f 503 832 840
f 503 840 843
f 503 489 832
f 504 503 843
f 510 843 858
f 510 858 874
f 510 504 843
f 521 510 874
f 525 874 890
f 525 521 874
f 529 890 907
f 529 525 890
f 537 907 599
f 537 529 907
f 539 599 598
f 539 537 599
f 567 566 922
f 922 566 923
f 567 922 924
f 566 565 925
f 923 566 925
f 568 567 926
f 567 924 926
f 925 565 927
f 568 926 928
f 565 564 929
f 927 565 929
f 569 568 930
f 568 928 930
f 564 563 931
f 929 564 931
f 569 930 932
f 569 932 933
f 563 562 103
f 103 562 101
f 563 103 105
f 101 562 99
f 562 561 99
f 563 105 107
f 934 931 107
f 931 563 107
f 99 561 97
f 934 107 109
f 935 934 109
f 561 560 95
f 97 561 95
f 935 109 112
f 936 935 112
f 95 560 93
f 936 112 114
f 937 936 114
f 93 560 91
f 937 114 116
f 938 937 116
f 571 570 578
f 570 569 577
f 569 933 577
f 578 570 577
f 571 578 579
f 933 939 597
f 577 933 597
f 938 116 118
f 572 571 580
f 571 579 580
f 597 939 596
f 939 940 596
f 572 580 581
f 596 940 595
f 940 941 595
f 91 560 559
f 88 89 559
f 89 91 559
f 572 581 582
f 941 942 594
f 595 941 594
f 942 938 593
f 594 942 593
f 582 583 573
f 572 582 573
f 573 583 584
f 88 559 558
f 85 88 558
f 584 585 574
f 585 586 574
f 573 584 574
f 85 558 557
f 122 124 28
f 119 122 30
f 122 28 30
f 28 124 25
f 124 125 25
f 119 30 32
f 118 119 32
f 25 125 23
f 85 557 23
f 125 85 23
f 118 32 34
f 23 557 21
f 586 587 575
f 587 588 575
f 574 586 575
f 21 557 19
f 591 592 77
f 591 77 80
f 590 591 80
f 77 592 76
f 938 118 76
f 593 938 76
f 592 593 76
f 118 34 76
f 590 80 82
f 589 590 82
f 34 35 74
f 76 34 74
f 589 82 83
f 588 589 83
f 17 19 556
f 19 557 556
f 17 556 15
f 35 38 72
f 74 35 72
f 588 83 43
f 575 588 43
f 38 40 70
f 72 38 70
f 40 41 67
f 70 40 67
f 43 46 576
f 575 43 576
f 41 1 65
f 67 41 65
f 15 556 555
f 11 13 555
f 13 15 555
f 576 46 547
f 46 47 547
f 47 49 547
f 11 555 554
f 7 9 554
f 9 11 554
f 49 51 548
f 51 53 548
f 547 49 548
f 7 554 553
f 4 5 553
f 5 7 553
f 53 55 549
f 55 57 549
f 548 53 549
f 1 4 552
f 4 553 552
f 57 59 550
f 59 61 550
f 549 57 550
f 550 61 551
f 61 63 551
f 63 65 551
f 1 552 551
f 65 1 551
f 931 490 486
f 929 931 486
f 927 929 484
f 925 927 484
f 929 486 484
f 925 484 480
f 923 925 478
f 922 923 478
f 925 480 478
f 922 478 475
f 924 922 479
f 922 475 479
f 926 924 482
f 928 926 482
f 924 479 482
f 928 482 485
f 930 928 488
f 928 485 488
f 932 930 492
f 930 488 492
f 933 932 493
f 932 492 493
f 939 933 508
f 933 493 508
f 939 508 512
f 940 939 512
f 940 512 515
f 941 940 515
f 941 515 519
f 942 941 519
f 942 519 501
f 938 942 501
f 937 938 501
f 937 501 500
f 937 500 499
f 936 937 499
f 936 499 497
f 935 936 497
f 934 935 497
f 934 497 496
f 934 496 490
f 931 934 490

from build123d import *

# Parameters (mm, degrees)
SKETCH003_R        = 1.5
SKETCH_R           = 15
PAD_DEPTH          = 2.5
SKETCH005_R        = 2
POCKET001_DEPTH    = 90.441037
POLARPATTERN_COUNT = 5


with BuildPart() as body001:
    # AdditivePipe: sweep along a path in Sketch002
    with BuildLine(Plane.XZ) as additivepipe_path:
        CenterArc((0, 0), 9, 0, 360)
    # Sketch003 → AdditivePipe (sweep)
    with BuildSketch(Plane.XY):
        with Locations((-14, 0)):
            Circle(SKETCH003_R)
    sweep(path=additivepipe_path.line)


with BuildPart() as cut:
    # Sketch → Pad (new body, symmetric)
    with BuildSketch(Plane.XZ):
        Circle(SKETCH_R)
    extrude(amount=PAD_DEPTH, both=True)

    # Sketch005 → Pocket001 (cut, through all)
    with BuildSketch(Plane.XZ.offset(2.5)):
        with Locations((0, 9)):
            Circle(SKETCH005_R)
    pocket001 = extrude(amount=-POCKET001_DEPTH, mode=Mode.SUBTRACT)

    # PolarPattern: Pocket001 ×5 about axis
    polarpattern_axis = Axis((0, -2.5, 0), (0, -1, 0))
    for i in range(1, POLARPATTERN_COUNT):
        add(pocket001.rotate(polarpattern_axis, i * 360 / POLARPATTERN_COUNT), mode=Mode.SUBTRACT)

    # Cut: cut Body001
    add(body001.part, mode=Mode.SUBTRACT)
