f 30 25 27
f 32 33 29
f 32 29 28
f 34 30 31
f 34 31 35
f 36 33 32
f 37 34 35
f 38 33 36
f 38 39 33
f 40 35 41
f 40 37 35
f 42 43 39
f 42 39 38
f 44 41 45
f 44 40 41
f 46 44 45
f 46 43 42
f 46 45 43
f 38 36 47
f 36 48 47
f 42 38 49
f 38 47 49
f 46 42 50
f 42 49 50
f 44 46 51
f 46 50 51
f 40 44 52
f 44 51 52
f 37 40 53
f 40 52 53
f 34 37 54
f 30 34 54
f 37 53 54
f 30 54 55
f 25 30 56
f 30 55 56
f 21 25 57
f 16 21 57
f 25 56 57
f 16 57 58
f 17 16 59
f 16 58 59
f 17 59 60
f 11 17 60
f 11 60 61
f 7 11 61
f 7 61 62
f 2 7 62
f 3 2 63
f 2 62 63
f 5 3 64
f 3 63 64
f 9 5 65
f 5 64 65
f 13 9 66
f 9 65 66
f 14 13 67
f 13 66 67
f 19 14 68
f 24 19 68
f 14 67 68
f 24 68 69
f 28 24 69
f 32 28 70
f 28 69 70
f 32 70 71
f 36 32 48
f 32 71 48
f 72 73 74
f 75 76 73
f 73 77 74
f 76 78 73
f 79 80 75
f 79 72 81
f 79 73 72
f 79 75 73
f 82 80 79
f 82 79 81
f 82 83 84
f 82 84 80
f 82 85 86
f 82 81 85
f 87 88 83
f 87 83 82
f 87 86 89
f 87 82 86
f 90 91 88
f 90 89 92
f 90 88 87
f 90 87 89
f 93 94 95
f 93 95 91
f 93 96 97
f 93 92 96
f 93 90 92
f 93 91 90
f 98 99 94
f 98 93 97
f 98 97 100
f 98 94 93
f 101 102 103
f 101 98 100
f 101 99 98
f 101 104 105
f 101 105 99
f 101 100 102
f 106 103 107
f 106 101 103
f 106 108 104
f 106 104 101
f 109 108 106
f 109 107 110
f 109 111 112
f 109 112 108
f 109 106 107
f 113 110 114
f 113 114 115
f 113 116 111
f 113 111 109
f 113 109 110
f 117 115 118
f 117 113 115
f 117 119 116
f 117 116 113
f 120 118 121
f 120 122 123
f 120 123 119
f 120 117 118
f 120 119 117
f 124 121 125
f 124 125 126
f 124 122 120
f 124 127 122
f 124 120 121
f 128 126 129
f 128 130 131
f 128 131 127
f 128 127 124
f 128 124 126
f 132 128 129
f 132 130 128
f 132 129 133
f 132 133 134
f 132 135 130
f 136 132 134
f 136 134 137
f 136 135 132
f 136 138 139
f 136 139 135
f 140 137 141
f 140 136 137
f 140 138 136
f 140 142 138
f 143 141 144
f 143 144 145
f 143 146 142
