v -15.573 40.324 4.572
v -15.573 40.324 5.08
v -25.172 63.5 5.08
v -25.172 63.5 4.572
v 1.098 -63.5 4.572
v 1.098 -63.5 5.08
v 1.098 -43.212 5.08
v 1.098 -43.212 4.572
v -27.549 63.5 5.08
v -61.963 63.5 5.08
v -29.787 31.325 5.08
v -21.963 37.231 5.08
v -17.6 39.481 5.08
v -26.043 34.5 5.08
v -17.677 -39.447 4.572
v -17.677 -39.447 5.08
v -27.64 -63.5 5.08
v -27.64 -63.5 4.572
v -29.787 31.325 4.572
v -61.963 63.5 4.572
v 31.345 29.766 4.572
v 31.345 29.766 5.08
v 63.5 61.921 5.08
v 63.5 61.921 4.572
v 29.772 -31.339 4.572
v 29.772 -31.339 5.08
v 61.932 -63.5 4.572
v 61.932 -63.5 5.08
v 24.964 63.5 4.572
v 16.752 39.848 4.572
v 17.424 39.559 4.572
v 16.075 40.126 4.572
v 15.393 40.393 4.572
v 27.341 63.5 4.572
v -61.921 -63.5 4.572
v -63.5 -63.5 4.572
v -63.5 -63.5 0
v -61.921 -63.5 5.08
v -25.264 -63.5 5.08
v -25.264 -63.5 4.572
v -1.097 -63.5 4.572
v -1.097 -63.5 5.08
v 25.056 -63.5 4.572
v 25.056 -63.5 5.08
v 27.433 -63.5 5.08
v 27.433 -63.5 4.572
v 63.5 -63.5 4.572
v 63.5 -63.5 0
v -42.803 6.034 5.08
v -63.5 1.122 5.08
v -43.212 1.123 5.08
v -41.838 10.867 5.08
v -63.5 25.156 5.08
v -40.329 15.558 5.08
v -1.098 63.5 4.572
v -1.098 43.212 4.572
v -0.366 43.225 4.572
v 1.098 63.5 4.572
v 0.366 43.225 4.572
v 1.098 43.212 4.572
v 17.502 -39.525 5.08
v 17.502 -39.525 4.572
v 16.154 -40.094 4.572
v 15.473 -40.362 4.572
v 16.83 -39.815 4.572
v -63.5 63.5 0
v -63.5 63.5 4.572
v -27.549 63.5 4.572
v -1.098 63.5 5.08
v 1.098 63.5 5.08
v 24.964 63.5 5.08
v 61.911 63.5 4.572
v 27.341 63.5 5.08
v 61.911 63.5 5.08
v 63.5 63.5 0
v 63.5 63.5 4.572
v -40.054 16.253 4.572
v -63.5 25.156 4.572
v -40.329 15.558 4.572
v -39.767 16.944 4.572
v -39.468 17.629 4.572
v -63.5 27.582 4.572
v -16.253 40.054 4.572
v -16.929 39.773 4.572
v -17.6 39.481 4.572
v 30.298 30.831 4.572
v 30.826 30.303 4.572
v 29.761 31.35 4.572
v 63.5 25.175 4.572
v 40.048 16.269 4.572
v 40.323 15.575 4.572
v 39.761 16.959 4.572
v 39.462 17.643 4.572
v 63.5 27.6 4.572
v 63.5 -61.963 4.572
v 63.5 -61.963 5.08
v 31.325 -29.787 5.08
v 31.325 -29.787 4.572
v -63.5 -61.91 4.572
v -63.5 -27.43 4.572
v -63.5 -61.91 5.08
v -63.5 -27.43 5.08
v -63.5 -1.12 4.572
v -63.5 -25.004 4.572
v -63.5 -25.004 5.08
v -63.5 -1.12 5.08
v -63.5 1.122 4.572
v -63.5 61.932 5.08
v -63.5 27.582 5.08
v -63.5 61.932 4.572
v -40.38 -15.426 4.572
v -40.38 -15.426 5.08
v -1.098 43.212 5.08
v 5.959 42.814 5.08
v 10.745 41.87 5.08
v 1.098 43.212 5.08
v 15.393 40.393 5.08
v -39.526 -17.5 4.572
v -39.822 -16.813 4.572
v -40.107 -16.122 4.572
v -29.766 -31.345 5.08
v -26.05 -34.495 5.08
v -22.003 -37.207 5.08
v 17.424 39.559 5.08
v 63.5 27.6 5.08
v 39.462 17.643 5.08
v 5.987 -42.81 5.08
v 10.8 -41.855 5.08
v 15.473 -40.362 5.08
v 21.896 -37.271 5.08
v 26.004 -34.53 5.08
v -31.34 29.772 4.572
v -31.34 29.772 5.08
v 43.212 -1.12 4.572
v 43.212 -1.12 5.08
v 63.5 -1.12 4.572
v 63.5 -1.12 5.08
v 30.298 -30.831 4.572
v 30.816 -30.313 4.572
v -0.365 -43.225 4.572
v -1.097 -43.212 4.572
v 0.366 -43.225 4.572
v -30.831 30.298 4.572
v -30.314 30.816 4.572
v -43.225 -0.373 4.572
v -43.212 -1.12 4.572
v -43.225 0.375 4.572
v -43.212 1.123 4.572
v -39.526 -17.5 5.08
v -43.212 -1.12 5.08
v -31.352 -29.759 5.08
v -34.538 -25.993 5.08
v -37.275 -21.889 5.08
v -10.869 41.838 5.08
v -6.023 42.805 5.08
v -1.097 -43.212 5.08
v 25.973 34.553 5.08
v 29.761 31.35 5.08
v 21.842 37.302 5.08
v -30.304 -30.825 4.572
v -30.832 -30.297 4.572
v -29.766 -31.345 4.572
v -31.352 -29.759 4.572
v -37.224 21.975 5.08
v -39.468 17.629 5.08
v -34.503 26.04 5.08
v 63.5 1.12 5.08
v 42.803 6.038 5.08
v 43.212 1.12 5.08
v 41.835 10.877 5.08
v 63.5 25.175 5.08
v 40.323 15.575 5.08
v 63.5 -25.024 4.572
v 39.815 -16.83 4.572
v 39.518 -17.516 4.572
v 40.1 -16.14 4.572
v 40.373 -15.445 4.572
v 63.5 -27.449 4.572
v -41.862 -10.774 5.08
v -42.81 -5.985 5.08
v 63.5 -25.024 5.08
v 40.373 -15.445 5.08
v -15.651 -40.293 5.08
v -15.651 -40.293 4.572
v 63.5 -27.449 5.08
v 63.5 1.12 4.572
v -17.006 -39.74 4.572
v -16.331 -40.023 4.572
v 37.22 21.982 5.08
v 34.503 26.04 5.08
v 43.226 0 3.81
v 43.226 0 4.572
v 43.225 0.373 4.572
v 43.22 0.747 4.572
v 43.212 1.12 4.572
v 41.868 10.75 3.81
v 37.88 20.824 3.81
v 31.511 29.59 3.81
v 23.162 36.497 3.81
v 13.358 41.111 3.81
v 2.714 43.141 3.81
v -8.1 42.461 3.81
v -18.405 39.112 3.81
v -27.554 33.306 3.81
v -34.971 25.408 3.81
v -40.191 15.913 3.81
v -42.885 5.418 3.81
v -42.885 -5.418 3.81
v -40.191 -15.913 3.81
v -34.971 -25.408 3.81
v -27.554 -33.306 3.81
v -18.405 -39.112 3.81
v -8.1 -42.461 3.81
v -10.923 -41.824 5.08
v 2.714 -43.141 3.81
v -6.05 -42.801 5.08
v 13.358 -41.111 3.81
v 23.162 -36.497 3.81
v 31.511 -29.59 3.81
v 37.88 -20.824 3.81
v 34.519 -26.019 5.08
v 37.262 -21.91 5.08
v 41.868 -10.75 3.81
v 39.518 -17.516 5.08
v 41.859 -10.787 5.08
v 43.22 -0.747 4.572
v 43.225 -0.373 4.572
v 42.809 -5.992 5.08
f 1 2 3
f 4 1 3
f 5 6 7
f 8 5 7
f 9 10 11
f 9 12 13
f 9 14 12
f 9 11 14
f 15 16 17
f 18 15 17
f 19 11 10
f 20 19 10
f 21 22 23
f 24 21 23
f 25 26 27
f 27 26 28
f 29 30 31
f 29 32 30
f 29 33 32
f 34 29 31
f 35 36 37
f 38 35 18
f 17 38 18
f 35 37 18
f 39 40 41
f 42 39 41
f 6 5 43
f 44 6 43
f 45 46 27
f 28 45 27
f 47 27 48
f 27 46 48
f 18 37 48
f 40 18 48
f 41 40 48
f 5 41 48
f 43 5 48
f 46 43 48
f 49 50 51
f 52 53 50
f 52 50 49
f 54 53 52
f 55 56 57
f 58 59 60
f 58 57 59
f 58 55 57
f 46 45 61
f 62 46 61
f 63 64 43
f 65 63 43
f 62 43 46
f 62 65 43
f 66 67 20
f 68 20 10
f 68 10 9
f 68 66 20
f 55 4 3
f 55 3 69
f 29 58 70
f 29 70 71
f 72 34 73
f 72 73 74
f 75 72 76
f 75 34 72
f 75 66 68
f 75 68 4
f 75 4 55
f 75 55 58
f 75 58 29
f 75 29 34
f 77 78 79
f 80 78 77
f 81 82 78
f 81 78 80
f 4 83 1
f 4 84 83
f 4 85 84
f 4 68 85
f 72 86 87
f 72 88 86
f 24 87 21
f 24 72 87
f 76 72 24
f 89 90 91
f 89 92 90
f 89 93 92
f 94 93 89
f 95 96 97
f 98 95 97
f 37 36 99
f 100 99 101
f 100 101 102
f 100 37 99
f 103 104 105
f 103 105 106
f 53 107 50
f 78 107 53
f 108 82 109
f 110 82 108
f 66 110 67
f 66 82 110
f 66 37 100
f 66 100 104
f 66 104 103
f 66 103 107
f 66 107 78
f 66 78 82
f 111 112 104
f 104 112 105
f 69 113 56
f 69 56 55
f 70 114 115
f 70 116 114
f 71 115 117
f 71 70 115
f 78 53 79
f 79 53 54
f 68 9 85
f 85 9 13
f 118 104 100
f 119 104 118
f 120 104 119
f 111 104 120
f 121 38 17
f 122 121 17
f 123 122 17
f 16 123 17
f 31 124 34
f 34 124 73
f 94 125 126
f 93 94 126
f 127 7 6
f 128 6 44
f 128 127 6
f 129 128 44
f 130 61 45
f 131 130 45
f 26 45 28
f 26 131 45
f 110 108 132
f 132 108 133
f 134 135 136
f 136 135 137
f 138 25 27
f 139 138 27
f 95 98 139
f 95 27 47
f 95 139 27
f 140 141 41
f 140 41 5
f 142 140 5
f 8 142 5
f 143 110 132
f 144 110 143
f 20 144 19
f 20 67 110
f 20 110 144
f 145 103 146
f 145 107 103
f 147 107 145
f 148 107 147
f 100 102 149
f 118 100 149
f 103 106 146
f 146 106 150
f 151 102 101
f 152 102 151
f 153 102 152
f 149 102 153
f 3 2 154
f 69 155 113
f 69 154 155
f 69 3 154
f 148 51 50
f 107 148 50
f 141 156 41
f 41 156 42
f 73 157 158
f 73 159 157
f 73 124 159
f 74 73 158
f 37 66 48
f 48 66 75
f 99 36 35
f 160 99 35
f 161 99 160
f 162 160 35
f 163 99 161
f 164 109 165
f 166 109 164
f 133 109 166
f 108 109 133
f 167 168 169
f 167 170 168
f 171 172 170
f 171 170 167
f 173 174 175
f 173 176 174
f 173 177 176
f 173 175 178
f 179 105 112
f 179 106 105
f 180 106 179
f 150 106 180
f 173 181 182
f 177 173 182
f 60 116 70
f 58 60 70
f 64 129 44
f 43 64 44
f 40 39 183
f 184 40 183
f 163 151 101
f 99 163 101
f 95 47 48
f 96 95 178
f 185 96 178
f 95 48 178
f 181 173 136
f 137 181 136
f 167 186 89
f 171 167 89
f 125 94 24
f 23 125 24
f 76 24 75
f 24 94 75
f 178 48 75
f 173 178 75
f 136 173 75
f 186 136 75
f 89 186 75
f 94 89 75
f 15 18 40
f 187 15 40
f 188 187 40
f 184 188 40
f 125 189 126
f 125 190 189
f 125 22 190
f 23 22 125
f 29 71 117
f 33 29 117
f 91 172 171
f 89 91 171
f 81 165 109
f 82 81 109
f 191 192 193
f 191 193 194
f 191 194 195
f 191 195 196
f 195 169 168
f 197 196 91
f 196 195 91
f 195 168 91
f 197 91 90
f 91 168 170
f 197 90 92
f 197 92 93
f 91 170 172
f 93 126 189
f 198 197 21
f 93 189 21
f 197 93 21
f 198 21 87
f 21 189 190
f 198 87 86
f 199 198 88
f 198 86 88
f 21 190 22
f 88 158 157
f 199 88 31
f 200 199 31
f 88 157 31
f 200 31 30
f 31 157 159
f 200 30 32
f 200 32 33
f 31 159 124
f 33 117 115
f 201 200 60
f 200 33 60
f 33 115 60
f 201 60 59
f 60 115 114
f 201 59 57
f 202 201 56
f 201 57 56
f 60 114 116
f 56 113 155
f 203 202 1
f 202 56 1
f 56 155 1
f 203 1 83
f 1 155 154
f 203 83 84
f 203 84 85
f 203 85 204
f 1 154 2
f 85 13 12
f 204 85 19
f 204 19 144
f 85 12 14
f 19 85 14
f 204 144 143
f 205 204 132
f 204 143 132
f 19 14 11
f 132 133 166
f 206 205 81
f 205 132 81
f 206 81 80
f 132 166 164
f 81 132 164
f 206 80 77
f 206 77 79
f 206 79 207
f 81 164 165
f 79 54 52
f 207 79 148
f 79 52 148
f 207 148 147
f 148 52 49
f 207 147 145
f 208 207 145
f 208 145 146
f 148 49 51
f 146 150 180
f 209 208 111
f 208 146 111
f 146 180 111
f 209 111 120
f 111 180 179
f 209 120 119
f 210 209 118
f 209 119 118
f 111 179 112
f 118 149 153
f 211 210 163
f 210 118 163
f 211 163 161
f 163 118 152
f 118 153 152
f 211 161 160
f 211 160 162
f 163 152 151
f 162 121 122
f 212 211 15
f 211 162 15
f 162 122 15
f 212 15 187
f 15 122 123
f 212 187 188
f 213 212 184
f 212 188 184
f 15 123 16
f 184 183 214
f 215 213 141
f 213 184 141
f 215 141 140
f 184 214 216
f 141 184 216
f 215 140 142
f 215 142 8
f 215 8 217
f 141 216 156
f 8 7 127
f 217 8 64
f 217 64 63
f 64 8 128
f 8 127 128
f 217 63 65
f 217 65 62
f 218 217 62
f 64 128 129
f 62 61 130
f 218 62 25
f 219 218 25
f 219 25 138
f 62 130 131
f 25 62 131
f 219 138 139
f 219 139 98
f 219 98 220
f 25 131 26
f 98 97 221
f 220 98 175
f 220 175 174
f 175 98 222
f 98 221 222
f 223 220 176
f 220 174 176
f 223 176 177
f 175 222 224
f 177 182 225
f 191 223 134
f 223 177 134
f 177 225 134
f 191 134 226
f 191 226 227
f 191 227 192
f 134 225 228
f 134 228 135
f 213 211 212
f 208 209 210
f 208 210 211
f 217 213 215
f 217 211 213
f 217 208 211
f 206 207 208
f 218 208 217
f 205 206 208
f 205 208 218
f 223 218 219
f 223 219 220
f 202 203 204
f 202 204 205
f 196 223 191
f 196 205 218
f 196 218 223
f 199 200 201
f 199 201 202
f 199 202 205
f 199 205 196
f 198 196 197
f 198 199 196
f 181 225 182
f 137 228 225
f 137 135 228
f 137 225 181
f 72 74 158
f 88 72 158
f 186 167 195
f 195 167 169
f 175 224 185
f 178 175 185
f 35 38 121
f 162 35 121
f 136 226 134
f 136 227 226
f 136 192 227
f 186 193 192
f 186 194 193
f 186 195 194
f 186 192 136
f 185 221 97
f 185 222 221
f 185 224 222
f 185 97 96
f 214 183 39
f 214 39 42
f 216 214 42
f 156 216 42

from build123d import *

# Parameters (mm, degrees)
F0_W     = 127
F0_H     = 127
F1_DEPTH = 5.08
F2_W     = 2.19577
F2_H     = 52.046703
F3_DEPTH = 0.508
F4_R     = 43.226331
F5_DEPTH = 1.27


with BuildPart() as f1:
    # F0 (on Top) → F1 (new body)
    with BuildSketch(Plane.XY):
        Rectangle(F0_W, F0_H)
    extrude(amount=F1_DEPTH)

    # F2 (on face) → F3 (cut)
    with BuildSketch(Plane.XY.offset(5.08)):
        Polygon((38.169024, -1.120174), (90.2161, -1.120174), (90.2161, 1.120174), (38.13681, 1.120174), align=None)
        Polygon((-1.096878, -38.1697), (-1.097885, -90.216374), (1.097885, -90.216374), (1.097885, -38.169671), align=None)
        with Locations((0, 64.193022)):
            Rectangle(F2_W, F2_H)
        Polygon((-38.168937, 1.123112), (-90.2161, 1.120174), (-90.2161, -1.120174), (-38.169024, -1.120174), align=None)
        Polygon((27.771347, 26.192397), (64.574188, 62.995238), (62.990023, 64.579402), (26.164404, 27.753783), align=None)
        Polygon((26.204134, -27.77076), (63.005977, -64.574029), (64.558622, -63.021384), (27.756045, -26.218808), align=None)
        Polygon((-63.026599, 64.563836), (-64.579243, 63.011192), (-27.776666, 26.208615), (-26.224022, 27.761259), align=None)
        Polygon((-27.793985, -26.20045), (-64.594809, -63.00543), (-63.010644, -64.589595), (-26.207804, -27.786754), align=None)
        Polygon((35.612549, 13.623586), (83.697778, 33.54114), (82.840434, 35.610951), (34.725444, 15.681069), align=None)
        Polygon((13.513826, -35.632124), (33.430295, -83.717366), (35.458923, -82.877081), (15.541512, -34.792197), align=None)
        Polygon((-33.589701, 83.821042), (-35.618328, 82.980757), (-15.700917, 34.895874), (-13.67229, 35.736159), align=None)
        Polygon((-35.772999, -13.517161), (-83.857183, -33.437463), (-82.999839, -35.507274), (-34.914611, -15.58972), align=None)
        Polygon((34.73032, -15.532565), (82.815549, -35.450119), (83.672893, -33.380308), (35.557903, -13.450427), align=None)
        Polygon((-15.724882, -34.735455), (-35.643213, -82.819926), (-33.614586, -83.660211), (-13.697175, -35.575328), align=None)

WHAT IS NEEDED: Output the material above exactly, but only from the line that carries "f 582 583 573" through the line that carries "f 23 557 21".

TASK SOLUTION:
f 582 583 573
f 572 582 573
f 573 583 584
f 88 559 558
f 85 88 558
f 584 585 574
f 585 586 574
f 573 584 574
f 85 558 557
f 122 124 28
f 119 122 30
f 122 28 30
f 28 124 25
f 124 125 25
f 119 30 32
f 118 119 32
f 25 125 23
f 85 557 23
f 125 85 23
f 118 32 34
f 23 557 21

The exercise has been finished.